Он улыбнулся: разве мог он сердиться на нее?
– Пойдем. Я уверен, что ради этих гостей ты сможешь сделать над собой усилие. – Он приподнял прядь ее волос. – Но сначала тебе нужно принять душ. Мои гости могут обидеться, если увидят тебя в таком состоянии.
Она посмотрела на него. Если она улетит завтра утром, то никогда не увидит его снова. Никогда не сможет потрогать его, нежно поцеловать в бровь во время сна. Или, подкравшись, нежно прикоснуться, когда он бреется, и увидеть его строгий взгляд в зеркале: он всегда относился к бритью серьезно.
Ей хотелось побыть с ним еще один раз. Еще один раз почувствовать себя в его надежных руках.
– Я чувствую себя слишком слабой. Ты должен мне помочь, – прошептала она, едва дыша.

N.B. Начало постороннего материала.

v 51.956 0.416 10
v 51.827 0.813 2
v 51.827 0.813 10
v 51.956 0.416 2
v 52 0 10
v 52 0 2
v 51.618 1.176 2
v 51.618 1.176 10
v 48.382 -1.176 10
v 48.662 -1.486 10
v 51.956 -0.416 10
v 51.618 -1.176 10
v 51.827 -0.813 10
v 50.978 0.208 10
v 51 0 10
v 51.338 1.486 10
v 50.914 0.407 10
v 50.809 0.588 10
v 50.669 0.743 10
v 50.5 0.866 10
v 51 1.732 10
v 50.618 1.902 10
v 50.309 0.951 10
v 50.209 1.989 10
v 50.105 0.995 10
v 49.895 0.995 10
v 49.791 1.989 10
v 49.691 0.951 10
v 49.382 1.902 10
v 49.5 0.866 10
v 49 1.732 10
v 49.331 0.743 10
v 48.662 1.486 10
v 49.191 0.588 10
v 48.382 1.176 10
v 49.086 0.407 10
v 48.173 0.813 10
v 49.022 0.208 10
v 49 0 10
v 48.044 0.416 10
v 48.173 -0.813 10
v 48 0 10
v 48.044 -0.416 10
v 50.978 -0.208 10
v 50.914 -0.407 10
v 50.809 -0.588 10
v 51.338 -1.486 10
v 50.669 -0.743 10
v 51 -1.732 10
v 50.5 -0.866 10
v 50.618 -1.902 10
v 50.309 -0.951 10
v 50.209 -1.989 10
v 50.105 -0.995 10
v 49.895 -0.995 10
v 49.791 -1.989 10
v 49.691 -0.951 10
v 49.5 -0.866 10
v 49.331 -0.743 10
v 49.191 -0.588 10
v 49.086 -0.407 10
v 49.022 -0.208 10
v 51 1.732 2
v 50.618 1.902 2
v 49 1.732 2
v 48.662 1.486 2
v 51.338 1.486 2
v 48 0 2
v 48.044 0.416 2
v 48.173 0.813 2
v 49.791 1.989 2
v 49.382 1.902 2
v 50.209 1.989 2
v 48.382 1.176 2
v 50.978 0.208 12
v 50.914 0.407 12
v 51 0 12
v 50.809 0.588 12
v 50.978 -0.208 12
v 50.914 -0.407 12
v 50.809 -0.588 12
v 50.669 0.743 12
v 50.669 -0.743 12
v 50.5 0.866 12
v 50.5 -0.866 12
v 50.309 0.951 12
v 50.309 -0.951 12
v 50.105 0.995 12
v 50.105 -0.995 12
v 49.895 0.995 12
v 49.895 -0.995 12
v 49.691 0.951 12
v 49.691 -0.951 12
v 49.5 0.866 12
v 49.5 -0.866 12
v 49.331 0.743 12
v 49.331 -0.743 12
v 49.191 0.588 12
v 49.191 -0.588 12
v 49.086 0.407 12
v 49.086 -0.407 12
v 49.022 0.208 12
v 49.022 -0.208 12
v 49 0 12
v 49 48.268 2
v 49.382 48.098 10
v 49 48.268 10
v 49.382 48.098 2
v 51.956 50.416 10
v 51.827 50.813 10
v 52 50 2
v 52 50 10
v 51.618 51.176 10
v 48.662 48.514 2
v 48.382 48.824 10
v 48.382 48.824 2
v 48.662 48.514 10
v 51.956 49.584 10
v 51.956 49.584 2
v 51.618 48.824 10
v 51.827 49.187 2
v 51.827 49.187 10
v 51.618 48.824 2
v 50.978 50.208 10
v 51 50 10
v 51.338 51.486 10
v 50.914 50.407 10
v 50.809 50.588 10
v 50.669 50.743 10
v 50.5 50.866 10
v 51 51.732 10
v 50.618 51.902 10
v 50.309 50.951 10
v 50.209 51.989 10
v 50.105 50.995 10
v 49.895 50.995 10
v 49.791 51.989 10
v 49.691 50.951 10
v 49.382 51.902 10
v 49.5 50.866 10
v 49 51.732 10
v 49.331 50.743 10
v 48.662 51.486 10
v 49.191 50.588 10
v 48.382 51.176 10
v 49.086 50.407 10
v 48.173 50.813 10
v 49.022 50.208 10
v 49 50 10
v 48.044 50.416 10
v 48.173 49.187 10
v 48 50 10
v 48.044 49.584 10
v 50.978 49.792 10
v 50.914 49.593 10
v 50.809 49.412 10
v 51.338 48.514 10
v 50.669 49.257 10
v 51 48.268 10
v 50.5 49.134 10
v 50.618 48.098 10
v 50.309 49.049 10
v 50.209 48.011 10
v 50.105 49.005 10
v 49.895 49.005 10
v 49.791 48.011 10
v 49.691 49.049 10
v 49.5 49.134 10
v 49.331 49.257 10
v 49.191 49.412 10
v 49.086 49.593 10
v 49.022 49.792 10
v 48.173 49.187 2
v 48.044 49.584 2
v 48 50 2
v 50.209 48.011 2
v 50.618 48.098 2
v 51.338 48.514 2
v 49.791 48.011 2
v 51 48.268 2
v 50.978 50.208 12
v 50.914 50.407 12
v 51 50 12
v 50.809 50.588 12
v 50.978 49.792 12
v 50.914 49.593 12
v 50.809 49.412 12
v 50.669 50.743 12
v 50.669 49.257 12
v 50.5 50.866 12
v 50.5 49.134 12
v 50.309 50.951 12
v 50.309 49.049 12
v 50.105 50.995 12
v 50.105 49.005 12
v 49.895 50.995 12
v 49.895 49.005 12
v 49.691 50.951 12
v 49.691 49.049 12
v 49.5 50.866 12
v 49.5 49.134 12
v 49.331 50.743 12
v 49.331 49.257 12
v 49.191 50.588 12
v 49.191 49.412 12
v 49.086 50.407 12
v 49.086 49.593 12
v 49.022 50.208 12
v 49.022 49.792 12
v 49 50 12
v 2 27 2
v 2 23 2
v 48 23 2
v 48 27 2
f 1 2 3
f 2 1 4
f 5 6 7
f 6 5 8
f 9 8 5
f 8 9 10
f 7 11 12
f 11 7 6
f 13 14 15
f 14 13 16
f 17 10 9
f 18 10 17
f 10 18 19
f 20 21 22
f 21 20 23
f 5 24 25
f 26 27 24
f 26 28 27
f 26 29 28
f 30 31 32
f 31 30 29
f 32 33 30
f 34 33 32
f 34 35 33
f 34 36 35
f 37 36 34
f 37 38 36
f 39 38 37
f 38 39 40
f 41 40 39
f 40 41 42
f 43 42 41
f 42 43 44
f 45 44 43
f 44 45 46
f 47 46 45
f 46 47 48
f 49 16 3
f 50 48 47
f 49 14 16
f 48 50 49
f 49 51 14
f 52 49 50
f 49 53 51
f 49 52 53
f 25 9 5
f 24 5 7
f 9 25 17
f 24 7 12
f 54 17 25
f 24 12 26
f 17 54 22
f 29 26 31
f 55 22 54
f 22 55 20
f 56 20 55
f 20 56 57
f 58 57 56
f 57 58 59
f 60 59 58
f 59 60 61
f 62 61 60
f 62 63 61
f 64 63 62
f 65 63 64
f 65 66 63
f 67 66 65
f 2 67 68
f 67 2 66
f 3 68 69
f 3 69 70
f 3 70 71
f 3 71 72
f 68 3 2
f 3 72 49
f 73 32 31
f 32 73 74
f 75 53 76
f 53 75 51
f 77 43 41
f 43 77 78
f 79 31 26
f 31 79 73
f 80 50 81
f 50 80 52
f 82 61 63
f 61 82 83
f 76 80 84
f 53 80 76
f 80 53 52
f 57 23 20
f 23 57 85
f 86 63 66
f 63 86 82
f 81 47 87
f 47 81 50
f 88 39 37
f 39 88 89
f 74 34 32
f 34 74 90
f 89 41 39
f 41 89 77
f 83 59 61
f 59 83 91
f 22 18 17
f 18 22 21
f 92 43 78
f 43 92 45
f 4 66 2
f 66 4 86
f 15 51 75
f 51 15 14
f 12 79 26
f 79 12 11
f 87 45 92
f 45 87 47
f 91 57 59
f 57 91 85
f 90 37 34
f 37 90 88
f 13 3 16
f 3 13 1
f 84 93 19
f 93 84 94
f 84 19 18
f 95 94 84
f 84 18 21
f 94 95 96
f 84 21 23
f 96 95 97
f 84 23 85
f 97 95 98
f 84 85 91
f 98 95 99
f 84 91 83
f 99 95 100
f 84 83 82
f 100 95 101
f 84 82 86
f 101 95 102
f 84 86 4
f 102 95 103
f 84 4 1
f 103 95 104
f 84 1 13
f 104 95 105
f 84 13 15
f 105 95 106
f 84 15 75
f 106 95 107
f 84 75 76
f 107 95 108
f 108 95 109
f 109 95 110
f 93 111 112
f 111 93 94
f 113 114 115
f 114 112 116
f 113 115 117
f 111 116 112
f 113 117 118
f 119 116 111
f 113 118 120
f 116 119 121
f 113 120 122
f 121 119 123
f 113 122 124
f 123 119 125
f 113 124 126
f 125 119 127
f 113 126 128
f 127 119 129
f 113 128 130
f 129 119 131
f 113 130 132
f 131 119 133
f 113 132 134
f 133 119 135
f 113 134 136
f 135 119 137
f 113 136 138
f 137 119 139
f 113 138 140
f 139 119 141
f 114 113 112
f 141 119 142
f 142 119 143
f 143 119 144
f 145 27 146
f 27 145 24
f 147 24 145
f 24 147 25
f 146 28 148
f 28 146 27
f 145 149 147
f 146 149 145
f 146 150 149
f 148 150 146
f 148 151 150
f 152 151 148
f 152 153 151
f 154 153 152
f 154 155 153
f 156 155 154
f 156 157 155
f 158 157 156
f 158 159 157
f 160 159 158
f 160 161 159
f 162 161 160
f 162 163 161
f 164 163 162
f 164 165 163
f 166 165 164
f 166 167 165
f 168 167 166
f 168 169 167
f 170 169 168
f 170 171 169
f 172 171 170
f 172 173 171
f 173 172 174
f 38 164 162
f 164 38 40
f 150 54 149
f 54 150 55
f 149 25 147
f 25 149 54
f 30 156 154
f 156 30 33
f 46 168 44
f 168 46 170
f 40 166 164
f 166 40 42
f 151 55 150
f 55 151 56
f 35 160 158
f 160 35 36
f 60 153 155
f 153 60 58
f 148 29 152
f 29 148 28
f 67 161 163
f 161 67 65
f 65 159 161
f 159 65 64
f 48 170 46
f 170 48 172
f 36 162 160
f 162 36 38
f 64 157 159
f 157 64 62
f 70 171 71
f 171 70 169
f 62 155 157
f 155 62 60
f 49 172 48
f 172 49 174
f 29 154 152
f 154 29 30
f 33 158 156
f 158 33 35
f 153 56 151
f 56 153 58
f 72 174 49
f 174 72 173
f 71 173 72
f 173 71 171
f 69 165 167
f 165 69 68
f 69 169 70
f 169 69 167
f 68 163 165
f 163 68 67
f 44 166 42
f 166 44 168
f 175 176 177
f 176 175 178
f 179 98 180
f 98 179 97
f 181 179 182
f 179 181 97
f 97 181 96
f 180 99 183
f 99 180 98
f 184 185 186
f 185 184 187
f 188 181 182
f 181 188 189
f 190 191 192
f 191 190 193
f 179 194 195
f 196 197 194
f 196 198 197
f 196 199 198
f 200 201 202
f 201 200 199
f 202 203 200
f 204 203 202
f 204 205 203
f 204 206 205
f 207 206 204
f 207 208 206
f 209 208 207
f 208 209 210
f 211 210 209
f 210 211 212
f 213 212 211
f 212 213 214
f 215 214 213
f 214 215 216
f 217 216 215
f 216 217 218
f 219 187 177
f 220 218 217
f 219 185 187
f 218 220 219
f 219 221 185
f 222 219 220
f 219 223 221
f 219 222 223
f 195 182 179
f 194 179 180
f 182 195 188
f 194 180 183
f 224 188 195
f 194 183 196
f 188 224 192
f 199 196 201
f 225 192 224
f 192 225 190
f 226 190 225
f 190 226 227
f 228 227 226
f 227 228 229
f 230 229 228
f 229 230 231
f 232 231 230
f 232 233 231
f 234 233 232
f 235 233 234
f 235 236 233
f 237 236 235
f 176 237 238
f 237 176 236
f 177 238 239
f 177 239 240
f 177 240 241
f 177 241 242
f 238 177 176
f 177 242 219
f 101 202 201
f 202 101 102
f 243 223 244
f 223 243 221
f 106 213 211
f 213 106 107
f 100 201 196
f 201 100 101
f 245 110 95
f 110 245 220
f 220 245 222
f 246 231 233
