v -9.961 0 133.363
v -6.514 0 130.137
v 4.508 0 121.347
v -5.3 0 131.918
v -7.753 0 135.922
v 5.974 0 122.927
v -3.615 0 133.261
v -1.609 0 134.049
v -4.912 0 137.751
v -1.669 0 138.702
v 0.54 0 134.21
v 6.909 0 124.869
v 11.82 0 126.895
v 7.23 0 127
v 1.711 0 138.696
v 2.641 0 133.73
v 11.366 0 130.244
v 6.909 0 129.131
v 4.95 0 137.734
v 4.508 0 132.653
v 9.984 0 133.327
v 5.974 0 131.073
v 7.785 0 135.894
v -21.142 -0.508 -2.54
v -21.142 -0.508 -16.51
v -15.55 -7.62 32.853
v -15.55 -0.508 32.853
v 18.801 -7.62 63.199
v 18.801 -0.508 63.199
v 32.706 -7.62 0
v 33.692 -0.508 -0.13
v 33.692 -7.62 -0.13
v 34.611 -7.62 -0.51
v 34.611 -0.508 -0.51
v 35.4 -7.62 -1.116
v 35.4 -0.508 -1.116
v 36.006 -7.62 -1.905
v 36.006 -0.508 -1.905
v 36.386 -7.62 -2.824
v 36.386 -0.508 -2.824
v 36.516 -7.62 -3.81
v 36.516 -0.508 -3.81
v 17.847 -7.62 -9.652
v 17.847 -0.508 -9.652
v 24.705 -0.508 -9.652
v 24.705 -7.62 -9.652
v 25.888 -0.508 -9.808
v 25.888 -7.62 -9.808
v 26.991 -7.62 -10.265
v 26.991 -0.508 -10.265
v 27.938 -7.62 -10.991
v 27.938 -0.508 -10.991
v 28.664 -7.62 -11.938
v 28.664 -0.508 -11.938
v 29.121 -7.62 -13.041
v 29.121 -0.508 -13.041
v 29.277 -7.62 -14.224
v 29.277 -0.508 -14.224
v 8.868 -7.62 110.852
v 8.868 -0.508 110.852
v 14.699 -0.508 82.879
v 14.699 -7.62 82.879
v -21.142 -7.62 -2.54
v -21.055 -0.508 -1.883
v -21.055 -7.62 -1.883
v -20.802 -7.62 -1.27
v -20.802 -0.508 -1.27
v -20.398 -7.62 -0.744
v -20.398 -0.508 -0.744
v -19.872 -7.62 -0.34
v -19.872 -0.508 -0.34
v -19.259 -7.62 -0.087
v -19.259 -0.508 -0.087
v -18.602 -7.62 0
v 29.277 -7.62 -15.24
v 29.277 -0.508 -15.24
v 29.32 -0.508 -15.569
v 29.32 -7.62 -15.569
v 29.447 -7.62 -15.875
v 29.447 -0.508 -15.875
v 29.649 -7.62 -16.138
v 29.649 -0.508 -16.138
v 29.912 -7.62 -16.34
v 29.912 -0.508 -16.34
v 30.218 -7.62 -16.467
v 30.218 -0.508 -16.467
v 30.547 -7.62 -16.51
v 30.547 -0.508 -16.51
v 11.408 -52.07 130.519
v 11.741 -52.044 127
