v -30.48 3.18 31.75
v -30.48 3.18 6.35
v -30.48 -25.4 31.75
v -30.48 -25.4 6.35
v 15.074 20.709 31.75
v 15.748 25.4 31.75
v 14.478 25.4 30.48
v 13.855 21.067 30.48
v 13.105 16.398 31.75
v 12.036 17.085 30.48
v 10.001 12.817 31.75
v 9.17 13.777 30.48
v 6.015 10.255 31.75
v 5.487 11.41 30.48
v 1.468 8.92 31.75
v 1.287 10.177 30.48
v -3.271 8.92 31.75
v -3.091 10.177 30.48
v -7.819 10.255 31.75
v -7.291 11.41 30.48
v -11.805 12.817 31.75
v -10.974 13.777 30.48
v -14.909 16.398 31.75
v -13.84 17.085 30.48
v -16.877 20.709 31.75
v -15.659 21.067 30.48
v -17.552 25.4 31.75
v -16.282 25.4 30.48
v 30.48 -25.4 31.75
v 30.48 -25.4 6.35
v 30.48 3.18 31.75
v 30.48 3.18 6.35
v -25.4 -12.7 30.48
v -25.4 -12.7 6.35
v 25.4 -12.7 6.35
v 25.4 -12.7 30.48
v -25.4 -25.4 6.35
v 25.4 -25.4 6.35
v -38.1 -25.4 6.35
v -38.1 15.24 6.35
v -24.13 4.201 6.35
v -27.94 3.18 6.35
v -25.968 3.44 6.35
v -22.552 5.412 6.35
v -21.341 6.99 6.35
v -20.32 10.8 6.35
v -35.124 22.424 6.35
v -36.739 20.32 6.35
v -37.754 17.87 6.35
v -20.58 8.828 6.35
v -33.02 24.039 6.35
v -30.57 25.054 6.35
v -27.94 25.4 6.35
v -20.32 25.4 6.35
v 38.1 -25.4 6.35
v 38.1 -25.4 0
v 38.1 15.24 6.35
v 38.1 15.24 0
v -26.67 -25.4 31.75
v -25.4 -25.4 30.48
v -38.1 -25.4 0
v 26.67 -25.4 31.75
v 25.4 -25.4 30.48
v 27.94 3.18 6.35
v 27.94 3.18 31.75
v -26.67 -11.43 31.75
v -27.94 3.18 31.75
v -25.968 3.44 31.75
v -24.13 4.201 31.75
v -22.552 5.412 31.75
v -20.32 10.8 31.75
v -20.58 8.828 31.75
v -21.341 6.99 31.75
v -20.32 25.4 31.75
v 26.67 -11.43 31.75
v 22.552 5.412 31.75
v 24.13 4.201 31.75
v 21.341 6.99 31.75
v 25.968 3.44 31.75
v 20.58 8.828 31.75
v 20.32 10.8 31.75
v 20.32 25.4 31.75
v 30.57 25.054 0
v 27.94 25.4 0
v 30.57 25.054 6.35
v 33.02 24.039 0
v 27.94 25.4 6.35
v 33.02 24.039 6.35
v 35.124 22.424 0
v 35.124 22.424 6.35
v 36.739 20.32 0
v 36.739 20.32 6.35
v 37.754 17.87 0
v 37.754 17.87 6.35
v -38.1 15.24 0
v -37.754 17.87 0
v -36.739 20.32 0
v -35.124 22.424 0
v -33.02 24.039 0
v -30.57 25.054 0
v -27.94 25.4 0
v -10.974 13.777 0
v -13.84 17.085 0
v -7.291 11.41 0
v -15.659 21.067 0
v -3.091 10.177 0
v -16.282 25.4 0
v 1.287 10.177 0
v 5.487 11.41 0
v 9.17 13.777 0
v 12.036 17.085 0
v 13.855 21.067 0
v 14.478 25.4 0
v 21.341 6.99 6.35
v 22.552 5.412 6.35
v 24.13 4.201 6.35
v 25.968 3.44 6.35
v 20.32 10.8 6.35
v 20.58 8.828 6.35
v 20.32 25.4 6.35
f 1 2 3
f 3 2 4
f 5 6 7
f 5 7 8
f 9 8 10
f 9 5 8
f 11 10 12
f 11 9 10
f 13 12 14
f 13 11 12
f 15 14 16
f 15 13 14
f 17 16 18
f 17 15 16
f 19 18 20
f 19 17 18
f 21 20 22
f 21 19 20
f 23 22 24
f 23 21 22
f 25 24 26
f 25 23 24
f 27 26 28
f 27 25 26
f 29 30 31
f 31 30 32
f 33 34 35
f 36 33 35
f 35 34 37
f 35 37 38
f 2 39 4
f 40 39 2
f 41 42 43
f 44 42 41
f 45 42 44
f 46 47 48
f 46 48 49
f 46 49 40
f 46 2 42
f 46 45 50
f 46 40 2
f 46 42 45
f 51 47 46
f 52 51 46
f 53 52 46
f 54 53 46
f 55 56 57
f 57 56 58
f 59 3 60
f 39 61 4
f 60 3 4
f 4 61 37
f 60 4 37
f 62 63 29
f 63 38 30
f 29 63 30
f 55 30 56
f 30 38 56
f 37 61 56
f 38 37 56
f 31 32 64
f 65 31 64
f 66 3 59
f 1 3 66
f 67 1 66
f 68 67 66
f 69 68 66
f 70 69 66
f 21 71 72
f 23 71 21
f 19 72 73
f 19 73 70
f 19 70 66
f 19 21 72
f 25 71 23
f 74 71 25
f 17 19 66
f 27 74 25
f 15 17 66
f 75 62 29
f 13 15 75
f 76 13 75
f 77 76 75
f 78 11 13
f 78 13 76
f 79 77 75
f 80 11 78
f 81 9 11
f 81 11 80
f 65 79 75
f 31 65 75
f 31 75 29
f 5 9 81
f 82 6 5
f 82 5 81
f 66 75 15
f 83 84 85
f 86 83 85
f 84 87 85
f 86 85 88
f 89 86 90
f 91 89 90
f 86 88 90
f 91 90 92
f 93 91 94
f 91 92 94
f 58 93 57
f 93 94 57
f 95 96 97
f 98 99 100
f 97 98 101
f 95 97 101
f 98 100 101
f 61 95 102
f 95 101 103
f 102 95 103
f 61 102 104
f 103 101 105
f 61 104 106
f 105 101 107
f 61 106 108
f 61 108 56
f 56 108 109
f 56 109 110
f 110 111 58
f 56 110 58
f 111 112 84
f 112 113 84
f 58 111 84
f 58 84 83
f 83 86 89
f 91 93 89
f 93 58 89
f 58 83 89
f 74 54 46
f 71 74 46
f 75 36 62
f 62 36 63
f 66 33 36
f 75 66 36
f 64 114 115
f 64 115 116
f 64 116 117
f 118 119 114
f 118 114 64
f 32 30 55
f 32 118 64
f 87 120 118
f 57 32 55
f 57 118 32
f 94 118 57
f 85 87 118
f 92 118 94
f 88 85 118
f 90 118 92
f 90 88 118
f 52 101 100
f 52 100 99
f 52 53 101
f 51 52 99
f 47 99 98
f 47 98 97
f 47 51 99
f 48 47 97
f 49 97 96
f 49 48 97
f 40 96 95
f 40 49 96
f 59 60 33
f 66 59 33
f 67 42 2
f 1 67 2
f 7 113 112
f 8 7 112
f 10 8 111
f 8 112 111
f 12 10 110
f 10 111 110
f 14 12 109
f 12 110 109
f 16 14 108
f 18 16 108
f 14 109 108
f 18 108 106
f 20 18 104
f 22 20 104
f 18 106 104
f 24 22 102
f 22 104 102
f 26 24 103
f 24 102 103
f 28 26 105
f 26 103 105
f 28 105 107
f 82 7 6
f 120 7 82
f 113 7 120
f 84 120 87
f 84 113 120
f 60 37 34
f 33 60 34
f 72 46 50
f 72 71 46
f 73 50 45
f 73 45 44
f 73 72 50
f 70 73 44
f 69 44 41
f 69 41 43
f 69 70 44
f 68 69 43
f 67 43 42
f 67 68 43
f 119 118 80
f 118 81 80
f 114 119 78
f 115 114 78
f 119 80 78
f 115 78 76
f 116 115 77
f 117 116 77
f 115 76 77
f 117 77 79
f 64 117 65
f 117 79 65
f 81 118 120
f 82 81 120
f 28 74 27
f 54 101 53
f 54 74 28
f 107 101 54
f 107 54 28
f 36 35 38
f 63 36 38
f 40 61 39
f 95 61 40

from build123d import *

# Parameters (mm, degrees)
F0_W     = 76.2
F0_H     = 50.8
F1_DEPTH = 6.35
F3_DEPTH = 25.4
F5_DEPTH = 31.75
F6_SIZE  = 1.27
F7_R     = 10.16
F8_SIZE  = 1.27
F9_R     = 7.62
F10_R    = 7.62


with BuildPart() as f1:
    # F0 (on Top) → F1 (new body)
    with BuildSketch(Plane.XY):
        Rectangle(F0_W, F0_H)
    extrude(amount=F1_DEPTH)

    # F2 (on face) → F3 (join)
    with BuildSketch(Plane.XY.offset(6.35)):
        Polygon((-25.4, -25.4), (-25.4, -12.7), (-25.4, 3.18004773), (-30.48, 3.18004773), (-30.48, -25.4), align=None)
        Polygon((30.48, 3.18004773), (25.4, 3.18004773), (25.4, -12.7), (25.4, -25.4), (30.48, -25.4), align=None)
        with BuildLine():
            Line((20.32, 3.18004773), (20.32, 25.4))
            Line((20.32, 25.4), (14.478, 25.4))
            ThreePointArc((14.478, 25.4), (-0.9019215927, 10.0200784073), (-16.2818431854, 25.4))
            Line((-16.2818431854, 25.4), (-20.32, 25.4))
            Line((-20.32, 25.4), (-20.32, 3.18004773))
            Line((-20.32, 3.18004773), (-25.4, 3.18004773))
            Line((-25.4, 3.18004773), (-25.4, -12.7))
            Line((-25.4, -12.7), (25.4, -12.7))
            Line((25.4, -12.7), (25.4, 3.18004773))
            Line((25.4, 3.18004773), (20.32, 3.18004773))
        make_face()
    extrude(amount=F3_DEPTH)

    # F4 (on face) → F5 (cut)
    with BuildSketch(Plane.XY.offset(31.75)):
        with BuildLine():
            Line((14.478, 25.4), (-16.2818431854, 25.4))
            ThreePointArc((-16.2818431854, 25.4), (-0.9019215927, 10.0200784073), (14.478, 25.4))
        make_face()
    extrude(amount=-F5_DEPTH, mode=Mode.SUBTRACT)

    # F6
    f6_edges = [f1.edges().sort_by_distance(p)[0] for p in [
        (0, -12.7, 31.75),
        (-25.4, -19.05, 31.75),
        (25.4, -19.05, 31.75),
    ]]
    chamfer(f6_edges, length=F6_SIZE)

    # F7
    f7_edges = [f1.edges().sort_by_distance(p)[0] for p in [
        (-38.1, 25.4, 3.175),
        (38.1, 25.4, 3.175),
    ]]
    fillet(f7_edges, radius=F7_R)

    # F8
    f8_edges = [f1.edges().sort_by_distance(p)[0] for p in [
        (-0.901922, 10.020078, 31.75),
    ]]
    chamfer(f8_edges, length=F8_SIZE)

    # F9
    f9_edges = [f1.edges().sort_by_distance(p)[0] for p in [
        (-20.32, 3.180048, 19.05),
    ]]
    fillet(f9_edges, radius=F9_R)

    # F10
    f10_edges = [f1.edges().sort_by_distance(p)[0] for p in [
        (20.32, 3.180048, 19.05),
    ]]
    fillet(f10_edges, radius=F10_R)


solid = f1.part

Он кивнул, едва заметно нахмурившись.
Включив душ, он посадил ее на кровать и молча помог ей раздеться до нижнего белья. Он никогда не видел ее в таком состоянии, такой тихой и пассивной.
– Ты справишься с остальным? Она покачала головой.
– Пожалуйста, Алексис, помоги мне.
Он осторожно расстегнул ей лифчик и снял бретельки с плеч. Избегая интимных прикосновений, аккуратно положил ее на кровать. Было так легко взять ее в этом положении, но он не хотел этого делать, пока они обо всем не поговорят. Когда он снимал с нее трусики, она умоляла его взглядом коснуться ее.
Отступив назад, он велел ей сесть, обмотал вокруг нее полотенце и помог дойти до душа.
– Тебя больше не тянет ко мне, да?
Алексис наклонил голову, поставленный в тупик этим вопросом. Как еще он мог выразить свою любовь? Он искал ее дни и ночи, но он не мог заниматься с ней любовью, пока все окончательно не будет выяснено. Разве его гнев, когда он нашел ее, не был подтверждением его чувств?